Concern over antisemitism in the British Labour party is leading to some surprising revelations and articles, such as this one in The Times by convert to Judaism Stephen King, whose usual beat is Economics. (With thanks: Lily, Annie, Avril)
Stephen King
My
mother-in-law was born in Baghdad to a Jewish mother who had grown up
in Egypt. My mother-in-law moved to the British Mandate in Palestine in
the early 1930s. My father-in-law was also born in Iraq — in his case,
Basra — but spent his formative years at an English school in Mumbai. He
then came to England before heading to Israel, where he met and married
my mother-in-law. A few years later he returned to England with wife
and first child in tow.
The specific reasons behind
my mother-in-law’s family’s journey to the Mandate have been lost in the
sands of time, but their departure from Iraq was ultimately repeated by
thousands upon thousands of other Arab Jews. In the 1920s, the decade
in which my in-laws were born, the population of Baghdad was about
one-third Jewish. There were, remarkably, well over 800,000 Jews living
across the Arab world as a whole.
They upped sticks for a
variety of reasons. Some were enthusiastic Zionists. Others were
fearful of rising support in the Arab world for Hitler and his henchmen.

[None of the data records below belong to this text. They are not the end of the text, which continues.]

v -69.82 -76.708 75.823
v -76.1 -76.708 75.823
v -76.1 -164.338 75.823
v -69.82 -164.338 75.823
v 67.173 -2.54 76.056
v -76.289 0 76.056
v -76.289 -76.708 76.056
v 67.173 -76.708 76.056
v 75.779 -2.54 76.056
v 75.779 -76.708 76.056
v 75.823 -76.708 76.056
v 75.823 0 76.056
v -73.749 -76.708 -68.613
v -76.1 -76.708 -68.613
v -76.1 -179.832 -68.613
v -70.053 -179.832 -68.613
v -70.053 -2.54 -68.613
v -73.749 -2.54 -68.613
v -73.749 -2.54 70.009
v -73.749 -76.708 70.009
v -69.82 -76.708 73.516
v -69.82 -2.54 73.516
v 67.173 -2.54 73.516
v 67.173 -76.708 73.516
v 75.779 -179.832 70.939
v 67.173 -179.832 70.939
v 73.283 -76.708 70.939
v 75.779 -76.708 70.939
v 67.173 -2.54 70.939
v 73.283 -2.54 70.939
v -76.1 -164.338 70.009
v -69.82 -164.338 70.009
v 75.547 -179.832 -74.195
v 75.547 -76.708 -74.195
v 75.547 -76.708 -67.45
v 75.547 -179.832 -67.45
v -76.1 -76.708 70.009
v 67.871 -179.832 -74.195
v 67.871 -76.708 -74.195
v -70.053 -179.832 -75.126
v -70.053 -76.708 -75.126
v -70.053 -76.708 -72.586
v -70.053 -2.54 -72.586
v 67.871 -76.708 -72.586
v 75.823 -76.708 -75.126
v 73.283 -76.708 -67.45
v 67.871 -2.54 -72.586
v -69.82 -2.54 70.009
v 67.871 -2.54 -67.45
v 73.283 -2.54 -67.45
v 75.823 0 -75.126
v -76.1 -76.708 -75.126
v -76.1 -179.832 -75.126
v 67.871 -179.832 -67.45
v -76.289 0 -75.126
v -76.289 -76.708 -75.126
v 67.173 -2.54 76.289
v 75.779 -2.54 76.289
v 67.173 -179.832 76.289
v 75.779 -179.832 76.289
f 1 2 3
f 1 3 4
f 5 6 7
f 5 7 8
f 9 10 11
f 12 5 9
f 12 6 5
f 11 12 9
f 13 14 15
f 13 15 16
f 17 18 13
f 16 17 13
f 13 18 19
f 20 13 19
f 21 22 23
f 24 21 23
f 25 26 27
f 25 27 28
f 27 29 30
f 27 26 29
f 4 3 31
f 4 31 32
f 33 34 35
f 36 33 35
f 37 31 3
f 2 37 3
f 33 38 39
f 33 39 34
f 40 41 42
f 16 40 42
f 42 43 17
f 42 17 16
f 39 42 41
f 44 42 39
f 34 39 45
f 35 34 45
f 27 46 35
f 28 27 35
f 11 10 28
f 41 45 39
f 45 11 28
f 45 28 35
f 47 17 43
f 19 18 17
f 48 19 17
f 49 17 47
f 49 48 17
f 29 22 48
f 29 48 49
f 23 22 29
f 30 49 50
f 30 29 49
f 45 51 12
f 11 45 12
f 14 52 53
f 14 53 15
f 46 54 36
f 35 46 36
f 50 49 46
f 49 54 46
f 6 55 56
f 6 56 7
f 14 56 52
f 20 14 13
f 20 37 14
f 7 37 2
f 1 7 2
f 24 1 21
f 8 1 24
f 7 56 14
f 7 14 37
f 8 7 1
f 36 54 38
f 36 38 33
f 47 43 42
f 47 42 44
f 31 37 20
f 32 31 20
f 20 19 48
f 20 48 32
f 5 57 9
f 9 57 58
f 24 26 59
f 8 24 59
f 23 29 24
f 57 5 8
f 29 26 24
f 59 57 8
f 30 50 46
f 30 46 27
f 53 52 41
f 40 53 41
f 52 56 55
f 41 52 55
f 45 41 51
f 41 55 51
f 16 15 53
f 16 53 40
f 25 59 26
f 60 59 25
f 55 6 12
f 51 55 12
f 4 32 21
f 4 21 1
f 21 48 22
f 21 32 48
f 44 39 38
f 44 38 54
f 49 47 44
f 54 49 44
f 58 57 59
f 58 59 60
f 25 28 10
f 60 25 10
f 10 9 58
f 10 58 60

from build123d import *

# Parameters (mm, degrees)
F0_W     = 152.112037
F0_H     = 151.181682
F1_DEPTH = 76.708
F2_T     = -2.54
F3_W     = 6.279856
F3_H     = 5.814679
F4_DEPTH = 161.798
F6_W     = 7.675372
F6_H     = 6.745033
F5_W     = 6.047272
F5_H     = 6.51244
F7_W     = 8.605727
F7_H     = 5.349502
F8_DEPTH = 177.292


with BuildPart() as f1:
    # F0 (on Front) → F1 (new body)
    with BuildSketch(Plane.XZ):
        with Locations((-0.232585, 0.465177)):
            Rectangle(F0_W, F0_H)
    extrude(amount=F1_DEPTH)

    # F2
    f2_openings = [f1.faces().sort_by_distance(p)[0] for p in [
        (-0.232585, -76.708, 0.465177),
    ]]
    offset(amount=F2_T, openings=f2_openings)

    # F3 (on face) → F4 (join)
    with BuildSketch(Plane.XZ.offset(2.54)):
        with Locations((-72.960392, 72.916087)):
            Rectangle(F3_W, F3_H)
    extrude(amount=F4_DEPTH)

    # F6 (on face) + F5 (on face) + F7 (on face) → F8 (join)
    with BuildSketch(Plane.XZ.offset(2.54)):
        with Locations((71.708854, -70.822808)):
            Rectangle(F6_W, F6_H)
    with BuildSketch(Plane.XZ.offset(2.54)):
        with Locations((-73.076684, -71.869444)):
            Rectangle(F5_W, F5_H)
    with BuildSketch(Plane.XZ.offset(2.54)):
        with Locations((71.47627, 73.613852)):
            Rectangle(F7_W, F7_H)
    extrude(amount=F8_DEPTH)


solid = f1.part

Many left because local attitudes towards Jews had considerably
worsened.
The collapse of the Ottoman Empire led to
violent pogroms, partly a response to the growing clash between Arabs
and Jews over Palestine. Things became much worse, however, after
Israeli independence in 1948, an event that — too often forgotten — led
to tragedies on both sides of the conflict: Jewish enclaves all over the
Middle East and north Africa, often hundreds, sometimes thousands of
years old, vanished almost overnight. Of the Arab Jews who headed to
Israel, many did so as reluctant refugees. The rulers of the lands they
had fled had confiscated their possessions. Often, the refugees were
lucky to be alive.
My mother-in-law was Iraqi, of
Egyptian parentage, but also a Jew, a Palestinian, an Israeli and,
finally, an Englishwoman. Born in Baghdad, she’s buried in Bushey,
Hertfordshire. In theory, she could have been attacked by European
racists for hailing from Iraq; criticised by English nationalists for
having a Middle Eastern accent; called out by antisemites because she
was Jewish; treated as a second-class citizen by Ashkenazi Jews from
Europe who frowned upon Sephardim from Arab lands; and condemned by
Palestinian Arabs for being a “settler’’. More than anything else,
however, she was a human being, someone who eventually made a home for
her family in the UK, a country she loved for its tolerance.